This one from Dan Shanoff, who sold his sports aggregator Quickish to the USA Today Sports Media Group during 2012 and continued to round up great links as he joined its ranks.
His top 12 didn’t include my favorite, Wright Thompson’s great piece from Lionel Messi’s hometown of Rosário, Argentina, which was included in the lengthy “receiving votes” category.
Shanoff disappointingly has nothing in either batch from The Classical, which debuted a year ago. It isn’t corporate-owned but was hatched through a Kickstarter fundraising effort, doesn’t have full-time writers on an expense account and is naturally irreverent and off-beat, almost zine-ishly so.
Flinder Boyd’s recent “The Ricky Rubio Experience” is star-quality stuff. So is Elliott Turner’s “Rope A Dope,” which as I blogged about earlier, laid waste to how anti-doping zealots and sports governing bodies do as they please when it comes to disciplining athletes.

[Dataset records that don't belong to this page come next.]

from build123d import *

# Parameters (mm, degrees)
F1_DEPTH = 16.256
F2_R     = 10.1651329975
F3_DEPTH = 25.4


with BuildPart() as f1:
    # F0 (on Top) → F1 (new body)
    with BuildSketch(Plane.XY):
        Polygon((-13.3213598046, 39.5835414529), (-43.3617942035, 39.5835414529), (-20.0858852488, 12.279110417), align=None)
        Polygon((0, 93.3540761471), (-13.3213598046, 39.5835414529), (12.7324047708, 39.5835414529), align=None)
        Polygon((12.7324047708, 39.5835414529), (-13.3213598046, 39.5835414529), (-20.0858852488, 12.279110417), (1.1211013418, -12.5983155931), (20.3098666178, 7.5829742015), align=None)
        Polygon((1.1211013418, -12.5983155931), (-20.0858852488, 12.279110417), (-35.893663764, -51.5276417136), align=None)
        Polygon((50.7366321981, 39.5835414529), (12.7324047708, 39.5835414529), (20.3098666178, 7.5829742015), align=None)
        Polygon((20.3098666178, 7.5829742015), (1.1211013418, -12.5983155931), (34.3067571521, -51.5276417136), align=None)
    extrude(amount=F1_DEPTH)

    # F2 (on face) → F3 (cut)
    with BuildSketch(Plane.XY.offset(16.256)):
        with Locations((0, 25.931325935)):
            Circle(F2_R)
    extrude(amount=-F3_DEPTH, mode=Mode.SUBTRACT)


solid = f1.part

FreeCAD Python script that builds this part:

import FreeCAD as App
import Part
import Sketcher
Q = App.Units.Quantity

doc = App.newDocument("Part")
body = doc.addObject("PartDesign::Body", "Body")

sketch1 = doc.addObject("Sketcher::SketchObject", "Sketch")
body.addObject(sketch1)
sketch1.AttachmentSupport = (doc.XY_Plane, [""])
sketch1.MapMode = "FlatFace"
sketch1.addGeometry([
    Part.LineSegment(App.Vector(-13.32136, 39.583541, 0), App.Vector(-43.361794, 39.583541, 0)),
    Part.LineSegment(App.Vector(-43.361794, 39.583541, 0), App.Vector(-20.085885, 12.27911, 0)),
    Part.LineSegment(App.Vector(-20.085885, 12.27911, 0), App.Vector(-35.893664, -51.527642, 0)),
    Part.LineSegment(App.Vector(-35.893664, -51.527642, 0), App.Vector(1.121101, -12.598316, 0)),
    Part.LineSegment(App.Vector(1.121101, -12.598316, 0), App.Vector(34.306757, -51.527642, 0)),
    Part.LineSegment(App.Vector(34.306757, -51.527642, 0), App.Vector(20.309867, 7.582974, 0)),
    Part.LineSegment(App.Vector(20.309867, 7.582974, 0), App.Vector(50.736632, 39.583541, 0)),
    Part.LineSegment(App.Vector(50.736632, 39.583541, 0), App.Vector(12.732405, 39.583541, 0)),
    Part.LineSegment(App.Vector(12.732405, 39.583541, 0), App.Vector(0, 93.354076, 0)),
    Part.LineSegment(App.Vector(0, 93.354076, 0), App.Vector(-13.32136, 39.583541, 0)),
], False)
sketch1.addConstraint([
    Sketcher.Constraint("Coincident", 0, 2, 1, 1),
    Sketcher.Constraint("Coincident", 1, 2, 2, 1),
    Sketcher.Constraint("Coincident", 2, 2, 3, 1),
    Sketcher.Constraint("Coincident", 3, 2, 4, 1),
    Sketcher.Constraint("Coincident", 4, 2, 5, 1),
    Sketcher.Constraint("Coincident", 5, 2, 6, 1),
    Sketcher.Constraint("Coincident", 6, 2, 7, 1),
    Sketcher.Constraint("Coincident", 7, 2, 8, 1),
    Sketcher.Constraint("Coincident", 8, 2, 9, 1),
    Sketcher.Constraint("Coincident", 9, 2, 0, 1),
    Sketcher.Constraint("Horizontal", 0),
    Sketcher.Constraint("Horizontal", 7),
    Sketcher.Constraint("PointOnObject", 8, 2, -2),
    Sketcher.Constraint("Parallel", 1, 4),
    Sketcher.Constraint("Parallel", 3, 6),
    Sketcher.Constraint("Parallel", 5, 8),
    Sketcher.Constraint("Parallel", 2, 9),
    Sketcher.Constraint("Horizontal", 2, 2, 4, 2),
    Sketcher.Constraint("Horizontal", 0, 2, 6, 2),
    Sketcher.Constraint("DistanceX", -1, 1, 3, 2, Q("1.121101 mm")),
    Sketcher.Constraint("DistanceX", 0, 2, 7, 2, Q("56.094199 mm")),
    Sketcher.Constraint("DistanceY", 5, 2, 8, 2, Q("85.771102 mm")),
    Sketcher.Constraint("Distance", 1, Q("35.878962 mm")),
    Sketcher.Constraint("Distance", 2, Q("65.73574 mm")),
    Sketcher.Constraint("Distance", 8, Q("55.257439 mm")),
    Sketcher.Constraint("Distance", 9, Q("55.39611 mm")),
    Sketcher.Constraint("DistanceX", 0, 2, 0, 1, Q("30.040434 mm")),
    Sketcher.Constraint("DistanceX", 7, 2, 7, 1, Q("38.004227 mm")),
    Sketcher.Constraint("DistanceY", -1, 1, 0, 2, Q("39.583541 mm")),
    Sketcher.Constraint("DistanceY", -1, 1, 1, 2, Q("12.27911 mm")),
])
pad1 = doc.addObject("PartDesign::Pad", "Pad")
body.addObject(pad1)
pad1.Profile = sketch1
pad1.Length = Q("0.64 in")

sketch2 = doc.addObject("Sketcher::SketchObject", "Sketch001")
body.addObject(sketch2)
sketch2.AttachmentSupport = (doc.XY_Plane, [""])
sketch2.MapMode = "FlatFace"
sketch2.AttachmentOffset = App.Placement(App.Vector(0, 0, 0.64 * 25.4), App.Rotation())
sketch2.addGeometry(Part.Circle(App.Vector(0, 26, 0), App.Vector(0, 0, 1), 10), False)
sketch2.addConstraint([
    Sketcher.Constraint("PointOnObject", 0, 3, -2),
    Sketcher.Constraint("Diameter", 0, Q("20.330266 mm")),
    Sketcher.Constraint("DistanceY", -1, 1, 0, 3, Q("25.931326 mm")),
])
pocket1 = doc.addObject("PartDesign::Pocket", "Pocket")
body.addObject(pocket1)
pocket1.Profile = sketch2
pocket1.Length = Q("1 in")

doc.recompute()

But this is Shanoff’s list, and here’s what he likes the best:
Jonathan Abrams, “The Malice at the Palace: An Oral History,” Grantland
Sam Alipour, “Will You Still Medal In the Morning?” ESPN the Magazine
Chris Ballard, “Man In Full,” Sports Illustrated
Chris Brown, “Luck and Griffin III: The Future Is Now,” Grantland
Bryan Curtis, “The Ballad of the Piggyback Bandit,” Grantland
Spencer Hall, “Bury a Man, Keep a Statue,” SB Nation
Christopher McDougall, “On the Trail of the White Horse,” Outside
Michael Mooney, “The Most Amazing Bowling Story Ever,” D Magazine
Tom Scocca, “Why the Baltimore Orioles Matter,” Deadspin
Wright Thompson, “Urban Meyer Will Be Home for Dinner,” ESPN the Magazine
Kevin Van Valkenburg, “Games of Chance,” ESPN.com
Dan Wetzel, “Tom Brady’s Daze of Disappointment,” Yahoo Sports
And Shanoff provides liner notes, which note what we’ve been raving about on this blog for a good part of 2012 — longform sportswriting is enjoying an encouraging renaissance on the Web.
But it’s happening in more than four or five places.